The Spallation Neutron Source.

The world below our feet can be as important as the one we see around us. It provides many things we need, including drinking water, but it also carries contaminants that poison that water.

Much of what we know about underground contamination comes from scientists such as geochemist David Wesolowski and his group at ORNL. Using unique tools such as the neutron scattering capabilities at ORNL’s Spallation Neutron Source and High Flux Isotope Reactor, Wesolowski and his colleagues see rocks very differently from the way most of us do.

“You can think of rocks as like a sponge,” he said, “with pores ranging from very small, nanometer size, to large cracks and pores you can see with your eyes.”

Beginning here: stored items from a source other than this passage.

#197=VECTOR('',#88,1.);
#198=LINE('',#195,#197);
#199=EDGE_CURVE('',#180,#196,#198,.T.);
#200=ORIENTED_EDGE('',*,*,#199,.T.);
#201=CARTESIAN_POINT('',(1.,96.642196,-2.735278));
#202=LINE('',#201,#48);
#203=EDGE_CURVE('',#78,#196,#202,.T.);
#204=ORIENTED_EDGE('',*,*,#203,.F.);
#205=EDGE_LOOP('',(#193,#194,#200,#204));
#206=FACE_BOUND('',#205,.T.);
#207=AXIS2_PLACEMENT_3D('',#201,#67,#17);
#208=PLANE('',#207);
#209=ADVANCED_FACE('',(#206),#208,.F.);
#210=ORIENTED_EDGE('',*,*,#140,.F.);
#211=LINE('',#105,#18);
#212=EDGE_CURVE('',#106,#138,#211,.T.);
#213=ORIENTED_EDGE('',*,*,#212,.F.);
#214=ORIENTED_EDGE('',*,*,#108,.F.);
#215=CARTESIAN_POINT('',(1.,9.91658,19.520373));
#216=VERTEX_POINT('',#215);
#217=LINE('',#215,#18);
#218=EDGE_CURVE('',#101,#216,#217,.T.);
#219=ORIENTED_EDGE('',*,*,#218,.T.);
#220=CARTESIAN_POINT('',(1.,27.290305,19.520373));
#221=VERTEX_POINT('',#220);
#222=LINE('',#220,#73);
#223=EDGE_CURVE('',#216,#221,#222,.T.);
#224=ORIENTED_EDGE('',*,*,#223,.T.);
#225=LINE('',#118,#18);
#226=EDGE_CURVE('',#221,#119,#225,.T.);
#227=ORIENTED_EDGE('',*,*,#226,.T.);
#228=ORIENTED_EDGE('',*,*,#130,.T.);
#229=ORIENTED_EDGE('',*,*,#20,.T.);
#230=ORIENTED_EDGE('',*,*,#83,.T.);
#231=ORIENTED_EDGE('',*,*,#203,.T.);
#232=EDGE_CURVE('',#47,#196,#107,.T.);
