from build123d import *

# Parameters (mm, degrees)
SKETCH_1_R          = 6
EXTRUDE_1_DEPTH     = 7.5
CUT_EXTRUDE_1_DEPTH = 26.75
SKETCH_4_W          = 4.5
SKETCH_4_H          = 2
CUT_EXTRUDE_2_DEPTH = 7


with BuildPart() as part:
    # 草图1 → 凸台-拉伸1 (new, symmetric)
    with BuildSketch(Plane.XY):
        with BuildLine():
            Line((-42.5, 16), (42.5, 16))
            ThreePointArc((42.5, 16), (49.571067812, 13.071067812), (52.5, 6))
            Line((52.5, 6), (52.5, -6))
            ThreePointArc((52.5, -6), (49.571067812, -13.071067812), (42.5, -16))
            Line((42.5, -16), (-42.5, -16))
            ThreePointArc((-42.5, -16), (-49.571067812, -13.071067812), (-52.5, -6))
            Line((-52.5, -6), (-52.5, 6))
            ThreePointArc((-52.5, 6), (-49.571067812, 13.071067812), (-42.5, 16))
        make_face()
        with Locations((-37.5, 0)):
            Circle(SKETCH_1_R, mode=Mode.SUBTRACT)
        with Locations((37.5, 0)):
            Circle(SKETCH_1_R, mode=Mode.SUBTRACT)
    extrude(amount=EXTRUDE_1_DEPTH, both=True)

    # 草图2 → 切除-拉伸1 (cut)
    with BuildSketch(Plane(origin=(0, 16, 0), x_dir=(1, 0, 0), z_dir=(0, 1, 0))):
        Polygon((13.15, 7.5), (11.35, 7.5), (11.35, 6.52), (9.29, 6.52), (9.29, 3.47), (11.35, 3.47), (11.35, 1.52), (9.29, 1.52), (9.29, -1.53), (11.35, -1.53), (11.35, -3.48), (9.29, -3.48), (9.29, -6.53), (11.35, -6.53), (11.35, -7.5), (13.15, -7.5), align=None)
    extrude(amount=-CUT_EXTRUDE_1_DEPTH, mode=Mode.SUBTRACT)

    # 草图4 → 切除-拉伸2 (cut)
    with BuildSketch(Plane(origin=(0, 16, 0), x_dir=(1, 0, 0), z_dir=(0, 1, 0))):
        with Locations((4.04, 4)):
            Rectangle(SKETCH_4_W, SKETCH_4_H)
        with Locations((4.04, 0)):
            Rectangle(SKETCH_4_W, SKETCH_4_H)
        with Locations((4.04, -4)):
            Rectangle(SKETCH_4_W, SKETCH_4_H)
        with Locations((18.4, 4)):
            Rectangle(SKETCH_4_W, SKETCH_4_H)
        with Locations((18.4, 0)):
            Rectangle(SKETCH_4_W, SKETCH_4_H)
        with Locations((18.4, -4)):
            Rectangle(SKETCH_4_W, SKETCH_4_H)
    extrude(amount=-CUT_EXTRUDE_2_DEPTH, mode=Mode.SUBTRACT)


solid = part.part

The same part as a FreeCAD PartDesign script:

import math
import FreeCAD as App
import Part
import Sketcher
from FreeCAD import Vector

doc = App.newDocument("Part")
body = doc.addObject("PartDesign::Body", "Body")

sketch1 = body.newObject("Sketcher::SketchObject", "Sketch")
sketch1.AttachmentSupport = (doc.getObject("XY_Plane"), [""])
sketch1.MapMode = "FlatFace"
sketch1.addGeometry(Part.LineSegment(Vector(42, 16, 0), Vector(-42, 16, 0)), False)
sketch1.addGeometry(Part.ArcOfCircle(Part.Circle(Vector(-42, 6, 0), Vector(0, 0, 1), 10), math.radians(90), math.radians(180)), False)
sketch1.addGeometry(Part.LineSegment(Vector(-52, 6, 0), Vector(-52, -6, 0)), False)
sketch1.addGeometry(Part.ArcOfCircle(Part.Circle(Vector(-42, -6, 0), Vector(0, 0, 1), 10), math.radians(180), math.radians(270)), False)
sketch1.addGeometry(Part.LineSegment(Vector(-42, -16, 0), Vector(42, -16, 0)), False)
sketch1.addGeometry(Part.ArcOfCircle(Part.Circle(Vector(42, -6, 0), Vector(0, 0, 1), 10), math.radians(-90), math.radians(0)), False)
sketch1.addGeometry(Part.LineSegment(Vector(52, -6, 0), Vector(52, 6, 0)), False)
sketch1.addGeometry(Part.ArcOfCircle(Part.Circle(Vector(42, 6, 0), Vector(0, 0, 1), 10), math.radians(0), math.radians(90)), False)
sketch1.addGeometry(Part.Circle(Vector(38, 0, 0), Vector(0, 0, 1), 6), False)
sketch1.addGeometry(Part.Circle(Vector(-38, 0, 0), Vector(0, 0, 1), 6), False)
sketch1.addConstraint(Sketcher.Constraint("Tangent", 0, 2, 1, 1))
sketch1.addConstraint(Sketcher.Constraint("Tangent", 1, 2, 2, 1))
sketch1.addConstraint(Sketcher.Constraint("Tangent", 2, 2, 3, 1))
sketch1.addConstraint(Sketcher.Constraint("Tangent", 3, 2, 4, 1))
sketch1.addConstraint(Sketcher.Constraint("Tangent", 4, 2, 5, 1))
sketch1.addConstraint(Sketcher.Constraint("Tangent", 5, 2, 6, 1))
sketch1.addConstraint(Sketcher.Constraint("Tangent", 6, 2, 7, 1))
sketch1.addConstraint(Sketcher.Constraint("Tangent", 7, 2, 0, 1))
sketch1.addConstraint(Sketcher.Constraint("Horizontal", 0))
sketch1.addConstraint(Sketcher.Constraint("Vertical", 2))
sketch1.addConstraint(Sketcher.Constraint("Horizontal", 4))
sketch1.addConstraint(Sketcher.Constraint("Vertical", 6))
sketch1.addConstraint(Sketcher.Constraint("Equal", 1, 3))
sketch1.addConstraint(Sketcher.Constraint("Equal", 3, 5))
sketch1.addConstraint(Sketcher.Constraint("Equal", 5, 7))
sketch1.addConstraint(Sketcher.Constraint("Equal", 8, 9))
sketch1.addConstraint(Sketcher.Constraint("Symmetric", 1, 3, 5, 3, -1, 1))
sketch1.addConstraint(Sketcher.Constraint("Symmetric", 8, 3, 9, 3, -1, 1))
sketch1.addConstraint(Sketcher.Constraint("PointOnObject", 8, 3, -1))
sketch1.addConstraint(Sketcher.Constraint("Diameter", 8, 12.0))
sketch1.addConstraint(Sketcher.Constraint("Radius", 1, 10.0))
sketch1.addConstraint(Sketcher.Constraint("DistanceX", 0, 2, 0, 1, 85.0))
sketch1.addConstraint(Sketcher.Constraint("DistanceY", 2, 2, 2, 1, 12.0))
sketch1.addConstraint(Sketcher.Constraint("DistanceX", 8, 3, 5, 3, 5.0))
pad1 = body.newObject("PartDesign::Pad", "Pad")
pad1.Profile = sketch1
pad1.Length = 15
pad1.Midplane = True

sketch2 = body.newObject("Sketcher::SketchObject", "Sketch001")
sketch2.AttachmentSupport = (doc.getObject("XZ_Plane"), [""])
sketch2.MapMode = "FlatFace"
sketch2.AttachmentOffset = App.Placement(Vector(0, 0, -16), App.Rotation())
sketch2.addGeometry(Part.LineSegment(Vector(13.2, -7.5, 0), Vector(11.3, -7.5, 0)), False)
sketch2.addGeometry(Part.LineSegment(Vector(11.3, -7.5, 0), Vector(11.3, -6.5, 0)), False)
sketch2.addGeometry(Part.LineSegment(Vector(11.3, -6.5, 0), Vector(9.3, -6.5, 0)), False)
sketch2.addGeometry(Part.LineSegment(Vector(9.3, -6.5, 0), Vector(9.3, -3.5, 0)), False)
sketch2.addGeometry(Part.LineSegment(Vector(9.3, -3.5, 0), Vector(11.3, -3.5, 0)), False)
sketch2.addGeometry(Part.LineSegment(Vector(11.3, -3.5, 0), Vector(11.3, -1.5, 0)), False)
sketch2.addGeometry(Part.LineSegment(Vector(11.3, -1.5, 0), Vector(9.3, -1.5, 0)), False)
sketch2.addGeometry(Part.LineSegment(Vector(9.3, -1.5, 0), Vector(9.3, 1.5, 0)), False)
sketch2.addGeometry(Part.LineSegment(Vector(9.3, 1.5, 0), Vector(11.3, 1.5, 0)), False)
sketch2.addGeometry(Part.LineSegment(Vector(11.3, 1.5, 0), Vector(11.3, 3.5, 0)), False)
sketch2.addGeometry(Part.LineSegment(Vector(11.3, 3.5, 0), Vector(9.3, 3.5, 0)), False)
sketch2.addGeometry(Part.LineSegment(Vector(9.3, 3.5, 0), Vector(9.3, 6.5, 0)), False)
sketch2.addGeometry(Part.LineSegment(Vector(9.3, 6.5, 0), Vector(11.3, 6.5, 0)), False)
sketch2.addGeometry(Part.LineSegment(Vector(11.3, 6.5, 0), Vector(11.3, 7.5, 0)), False)
sketch2.addGeometry(Part.LineSegment(Vector(11.3, 7.5, 0), Vector(13.2, 7.5, 0)), False)
sketch2.addGeometry(Part.LineSegment(Vector(13.2, 7.5, 0), Vector(13.2, -7.5, 0)), False)
sketch2.addConstraint(Sketcher.Constraint("Coincident", 0, 2, 1, 1))
sketch2.addConstraint(Sketcher.Constraint("Coincident", 1, 2, 2, 1))
sketch2.addConstraint(Sketcher.Constraint("Coincident", 2, 2, 3, 1))
sketch2.addConstraint(Sketcher.Constraint("Coincident", 3, 2, 4, 1))
sketch2.addConstraint(Sketcher.Constraint("Coincident", 4, 2, 5, 1))
sketch2.addConstraint(Sketcher.Constraint("Coincident", 5, 2, 6, 1))
sketch2.addConstraint(Sketcher.Constraint("Coincident", 6, 2, 7, 1))
sketch2.addConstraint(Sketcher.Constraint("Coincident", 7, 2, 8, 1))
sketch2.addConstraint(Sketcher.Constraint("Coincident", 8, 2, 9, 1))
sketch2.addConstraint(Sketcher.Constraint("Coincident", 9, 2, 10, 1))
sketch2.addConstraint(Sketcher.Constraint("Coincident", 10, 2, 11, 1))
sketch2.addConstraint(Sketcher.Constraint("Coincident", 11, 2, 12, 1))
sketch2.addConstraint(Sketcher.Constraint("Coincident", 12, 2, 13, 1))
sketch2.addConstraint(Sketcher.Constraint("Coincident", 13, 2, 14, 1))
sketch2.addConstraint(Sketcher.Constraint("Coincident", 14, 2, 15, 1))
sketch2.addConstraint(Sketcher.Constraint("Coincident", 15, 2, 0, 1))
sketch2.addConstraint(Sketcher.Constraint("Horizontal", 0))
sketch2.addConstraint(Sketcher.Constraint("Vertical", 1))
sketch2.addConstraint(Sketcher.Constraint("Horizontal", 2))
sketch2.addConstraint(Sketcher.Constraint("Vertical", 3))
sketch2.addConstraint(Sketcher.Constraint("Horizontal", 4))
sketch2.addConstraint(Sketcher.Constraint("Vertical", 5))
sketch2.addConstraint(Sketcher.Constraint("Horizontal", 6))
sketch2.addConstraint(Sketcher.Constraint("Vertical", 7))
sketch2.addConstraint(Sketcher.Constraint("Horizontal", 8))
sketch2.addConstraint(Sketcher.Constraint("Vertical", 9))
sketch2.addConstraint(Sketcher.Constraint("Horizontal", 10))
sketch2.addConstraint(Sketcher.Constraint("Vertical", 11))
sketch2.addConstraint(Sketcher.Constraint("Horizontal", 12))
sketch2.addConstraint(Sketcher.Constraint("Vertical", 13))
sketch2.addConstraint(Sketcher.Constraint("Horizontal", 14))
sketch2.addConstraint(Sketcher.Constraint("Vertical", 15))
sketch2.addConstraint(Sketcher.Constraint("Symmetric", 0, 2, 13, 2, -1))
sketch2.addConstraint(Sketcher.Constraint("Vertical", 1, 2, 4, 2))
sketch2.addConstraint(Sketcher.Constraint("Vertical", 3, 2, 6, 2))
sketch2.addConstraint(Sketcher.Constraint("Vertical", 5, 2, 8, 2))
sketch2.addConstraint(Sketcher.Constraint("Vertical", 7, 2, 10, 2))
sketch2.addConstraint(Sketcher.Constraint("Equal", 3, 7))
sketch2.addConstraint(Sketcher.Constraint("Equal", 5, 9))
sketch2.addConstraint(Sketcher.Constraint("Equal", 7, 11))
sketch2.addConstraint(Sketcher.Constraint("DistanceY", 15, 2, 15, 1, 15.0))
sketch2.addConstraint(Sketcher.Constraint("DistanceX", 0, 2, 0, 1, 1.8))
sketch2.addConstraint(Sketcher.Constraint("DistanceY", 1, 2, 5, 2, 5.0))
sketch2.addConstraint(Sketcher.Constraint("DistanceX", 2, 2, 2, 1, 2.06))
sketch2.addConstraint(Sketcher.Constraint("DistanceY", 1, 1, 1, 2, 0.98))
sketch2.addConstraint(Sketcher.Constraint("DistanceY", 3, 1, 3, 2, 3.05))
sketch2.addConstraint(Sketcher.Constraint("DistanceX", -1, 1, 0, 2, 11.35))
pocket1 = body.newObject("PartDesign::Pocket", "Pocket")
pocket1.Profile = sketch2
pocket1.Length = 26.75
pocket1.Reversed = True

When you look at how water flows through rock, it’s important to know what gets trapped and what flows through: these are concepts known as porosity and permeability. As it turns out, neutrons are great at answering those questions. Neutrons penetrate deeply into matter, giving scientists a detailed, three-dimensional picture of rock sections, even ones that are contained within a pressure vessel to simulate conditions deep below ground.

One especially revealing technique involves deuterium, also known as heavy water. The hydrogen atoms in deuterium have a proton and a neutron in their nuclei, unlike those in common water, which have a proton but no neutron. While the two forms of water behave the same, they are easily distinguished in a neutron-scattering experiment.

If you flood a rock with regular water, let it drain and then flood it with deuterium, neutron scattering shows you which pores are connected and which are not.

“The neutrons give you a picture of the pore structure,” Wesolowski said. “If those pores are filled with water, and that water can be replaced by heavy water, then you get a different scattering.”